(Saved entries)
=== Begin Enclosure ===

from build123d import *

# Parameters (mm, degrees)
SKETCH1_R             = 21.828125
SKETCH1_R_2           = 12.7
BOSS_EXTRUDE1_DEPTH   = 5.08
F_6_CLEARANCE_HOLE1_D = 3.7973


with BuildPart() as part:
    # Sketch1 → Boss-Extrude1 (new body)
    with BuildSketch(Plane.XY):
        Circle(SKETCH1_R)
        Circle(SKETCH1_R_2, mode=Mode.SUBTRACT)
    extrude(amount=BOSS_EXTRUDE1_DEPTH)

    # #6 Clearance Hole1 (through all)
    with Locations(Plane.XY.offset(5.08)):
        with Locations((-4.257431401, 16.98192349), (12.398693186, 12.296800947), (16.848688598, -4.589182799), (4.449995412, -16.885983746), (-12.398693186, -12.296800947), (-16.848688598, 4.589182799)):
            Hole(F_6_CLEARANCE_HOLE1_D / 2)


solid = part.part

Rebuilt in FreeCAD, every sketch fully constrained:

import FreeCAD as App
import Part
import Sketcher
from FreeCAD import Vector
Q = App.Units.Quantity

doc = App.newDocument("Part")
body = doc.addObject("PartDesign::Body", "Body")

# Sketch on XY plane
sketch1 = body.newObject("Sketcher::SketchObject", "Sketch")
sketch1.AttachmentSupport = (doc.getObject("XY_Plane"), [""])
sketch1.MapMode = "FlatFace"
sketch1.addGeometry(Part.Circle(Vector(0, 0, 0), Vector(0, 0, 1), 22), False)
sketch1.addGeometry(Part.Circle(Vector(0, 0, 0), Vector(0, 0, 1), 13), False)
sketch1.addConstraint(Sketcher.Constraint("Coincident", 0, 3, -1, 1))
sketch1.addConstraint(Sketcher.Constraint("Coincident", 1, 3, -1, 1))
sketch1.addConstraint(Sketcher.Constraint("Diameter", 1, Q("1 in")))
sketch1.addConstraint(Sketcher.Constraint("Diameter", 0, Q("1.71875 in")))
pad1 = body.newObject("PartDesign::Pad", "Pad")
pad1.Profile = sketch1
pad1.Length = Q("0.2 in")

# Sketch on XY plane
sketch2 = body.newObject("Sketcher::SketchObject", "Sketch001")
sketch2.AttachmentSupport = (doc.getObject("XY_Plane"), [""])
sketch2.MapMode = "FlatFace"
sketch2.AttachmentOffset = App.Placement(Vector(0, 0, 0.2 * 25.4), App.Rotation())
sketch2.addGeometry(Part.Circle(Vector(-4.3, 17, 0), Vector(0, 0, 1), 1.9), False)
sketch2.addGeometry(Part.Circle(Vector(12.4, 12.3, 0), Vector(0, 0, 1), 1.9), False)
sketch2.addGeometry(Part.Circle(Vector(16.8, -4.6, 0), Vector(0, 0, 1), 1.9), False)
sketch2.addGeometry(Part.Circle(Vector(4.4, -16.9, 0), Vector(0, 0, 1), 1.9), False)
sketch2.addGeometry(Part.Circle(Vector(-12.4, -12.3, 0), Vector(0, 0, 1), 1.9), False)
sketch2.addGeometry(Part.Circle(Vector(-16.8, 4.6, 0), Vector(0, 0, 1), 1.9), False)
sketch2.addConstraint(Sketcher.Constraint("Equal", 0, 1))
sketch2.addConstraint(Sketcher.Constraint("Equal", 1, 2))
sketch2.addConstraint(Sketcher.Constraint("Equal", 2, 3))
sketch2.addConstraint(Sketcher.Constraint("Equal", 3, 4))
sketch2.addConstraint(Sketcher.Constraint("Equal", 4, 5))
sketch2.addConstraint(Sketcher.Constraint("Symmetric", 1, 3, 4, 3, -1, 1))
sketch2.addConstraint(Sketcher.Constraint("Symmetric", 2, 3, 5, 3, -1, 1))
sketch2.addConstraint(Sketcher.Constraint("Diameter", 0, Q("0.1495 in")))
sketch2.addConstraint(Sketcher.Constraint("DistanceY", -1, 1, 1, 3, Q("12.296801 mm")))
sketch2.addConstraint(Sketcher.Constraint("DistanceY", 3, 3, 2, 3, Q("12.296801 mm")))
sketch2.addConstraint(Sketcher.Constraint("DistanceX", 0, 3, -1, 1, Q("4.257431 mm")))
sketch2.addConstraint(Sketcher.Constraint("DistanceX", -1, 1, 2, 3, Q("16.848689 mm")))
sketch2.addConstraint(Sketcher.Constraint("DistanceX", 4, 3, 3, 3, Q("16.848689 mm")))
sketch2.addConstraint(Sketcher.Constraint("DistanceX", 4, 3, 2, 3, Q("29.247382 mm")))
sketch2.addConstraint(Sketcher.Constraint("DistanceY", 4, 3, 2, 3, Q("7.707618 mm")))
sketch2.addConstraint(Sketcher.Constraint("DistanceY", 5, 3, 0, 3, Q("12.392741 mm")))
doc.recompute()
hole = body.newObject("PartDesign::Hole", "Hole")
hole.Profile = sketch2
hole.ThreadType = "None"
hole.Diameter = Q("0.1495 in")
hole.DepthType = "ThroughAll"

doc.recompute()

=== End Enclosure ===

Starting at the first entry and ending at the last, reproduce each one exactly.

from build123d import *

# Parameters (mm, degrees)
SKETCH1_R             = 21.828125
SKETCH1_R_2           = 12.7
BOSS_EXTRUDE1_DEPTH   = 5.08
F_6_CLEARANCE_HOLE1_D = 3.7973


with BuildPart() as part:
    # Sketch1 → Boss-Extrude1 (new body)
    with BuildSketch(Plane.XY):
        Circle(SKETCH1_R)
        Circle(SKETCH1_R_2, mode=Mode.SUBTRACT)
    extrude(amount=BOSS_EXTRUDE1_DEPTH)

    # #6 Clearance Hole1 (through all)
    with Locations(Plane.XY.offset(5.08)):
        with Locations((-4.257431401, 16.98192349), (12.398693186, 12.296800947), (16.848688598, -4.589182799), (4.449995412, -16.885983746), (-12.398693186, -12.296800947), (-16.848688598, 4.589182799)):
            Hole(F_6_CLEARANCE_HOLE1_D / 2)


solid = part.part

Rebuilt in FreeCAD, every sketch fully constrained:

import FreeCAD as App
import Part
import Sketcher
from FreeCAD import Vector
Q = App.Units.Quantity

doc = App.newDocument("Part")
body = doc.addObject("PartDesign::Body", "Body")

# Sketch on XY plane
sketch1 = body.newObject("Sketcher::SketchObject", "Sketch")
sketch1.AttachmentSupport = (doc.getObject("XY_Plane"), [""])
sketch1.MapMode = "FlatFace"
sketch1.addGeometry(Part.Circle(Vector(0, 0, 0), Vector(0, 0, 1), 22), False)
sketch1.addGeometry(Part.Circle(Vector(0, 0, 0), Vector(0, 0, 1), 13), False)
sketch1.addConstraint(Sketcher.Constraint("Coincident", 0, 3, -1, 1))
sketch1.addConstraint(Sketcher.Constraint("Coincident", 1, 3, -1, 1))
sketch1.addConstraint(Sketcher.Constraint("Diameter", 1, Q("1 in")))
sketch1.addConstraint(Sketcher.Constraint("Diameter", 0, Q("1.71875 in")))
pad1 = body.newObject("PartDesign::Pad", "Pad")
pad1.Profile = sketch1
pad1.Length = Q("0.2 in")

# Sketch on XY plane
sketch2 = body.newObject("Sketcher::SketchObject", "Sketch001")
sketch2.AttachmentSupport = (doc.getObject("XY_Plane"), [""])
sketch2.MapMode = "FlatFace"
sketch2.AttachmentOffset = App.Placement(Vector(0, 0, 0.2 * 25.4), App.Rotation())
sketch2.addGeometry(Part.Circle(Vector(-4.3, 17, 0), Vector(0, 0, 1), 1.9), False)
sketch2.addGeometry(Part.Circle(Vector(12.4, 12.3, 0), Vector(0, 0, 1), 1.9), False)
sketch2.addGeometry(Part.Circle(Vector(16.8, -4.6, 0), Vector(0, 0, 1), 1.9), False)
sketch2.addGeometry(Part.Circle(Vector(4.4, -16.9, 0), Vector(0, 0, 1), 1.9), False)
sketch2.addGeometry(Part.Circle(Vector(-12.4, -12.3, 0), Vector(0, 0, 1), 1.9), False)
sketch2.addGeometry(Part.Circle(Vector(-16.8, 4.6, 0), Vector(0, 0, 1), 1.9), False)
sketch2.addConstraint(Sketcher.Constraint("Equal", 0, 1))
sketch2.addConstraint(Sketcher.Constraint("Equal", 1, 2))
sketch2.addConstraint(Sketcher.Constraint("Equal", 2, 3))
sketch2.addConstraint(Sketcher.Constraint("Equal", 3, 4))
sketch2.addConstraint(Sketcher.Constraint("Equal", 4, 5))
sketch2.addConstraint(Sketcher.Constraint("Symmetric", 1, 3, 4, 3, -1, 1))
sketch2.addConstraint(Sketcher.Constraint("Symmetric", 2, 3, 5, 3, -1, 1))
sketch2.addConstraint(Sketcher.Constraint("Diameter", 0, Q("0.1495 in")))
sketch2.addConstraint(Sketcher.Constraint("DistanceY", -1, 1, 1, 3, Q("12.296801 mm")))
sketch2.addConstraint(Sketcher.Constraint("DistanceY", 3, 3, 2, 3, Q("12.296801 mm")))
sketch2.addConstraint(Sketcher.Constraint("DistanceX", 0, 3, -1, 1, Q("4.257431 mm")))
sketch2.addConstraint(Sketcher.Constraint("DistanceX", -1, 1, 2, 3, Q("16.848689 mm")))
sketch2.addConstraint(Sketcher.Constraint("DistanceX", 4, 3, 3, 3, Q("16.848689 mm")))
sketch2.addConstraint(Sketcher.Constraint("DistanceX", 4, 3, 2, 3, Q("29.247382 mm")))
sketch2.addConstraint(Sketcher.Constraint("DistanceY", 4, 3, 2, 3, Q("7.707618 mm")))
sketch2.addConstraint(Sketcher.Constraint("DistanceY", 5, 3, 0, 3, Q("12.392741 mm")))
doc.recompute()
hole = body.newObject("PartDesign::Hole", "Hole")
hole.Profile = sketch2
hole.ThreadType = "None"
hole.Diameter = Q("0.1495 in")
hole.DepthType = "ThroughAll"

doc.recompute()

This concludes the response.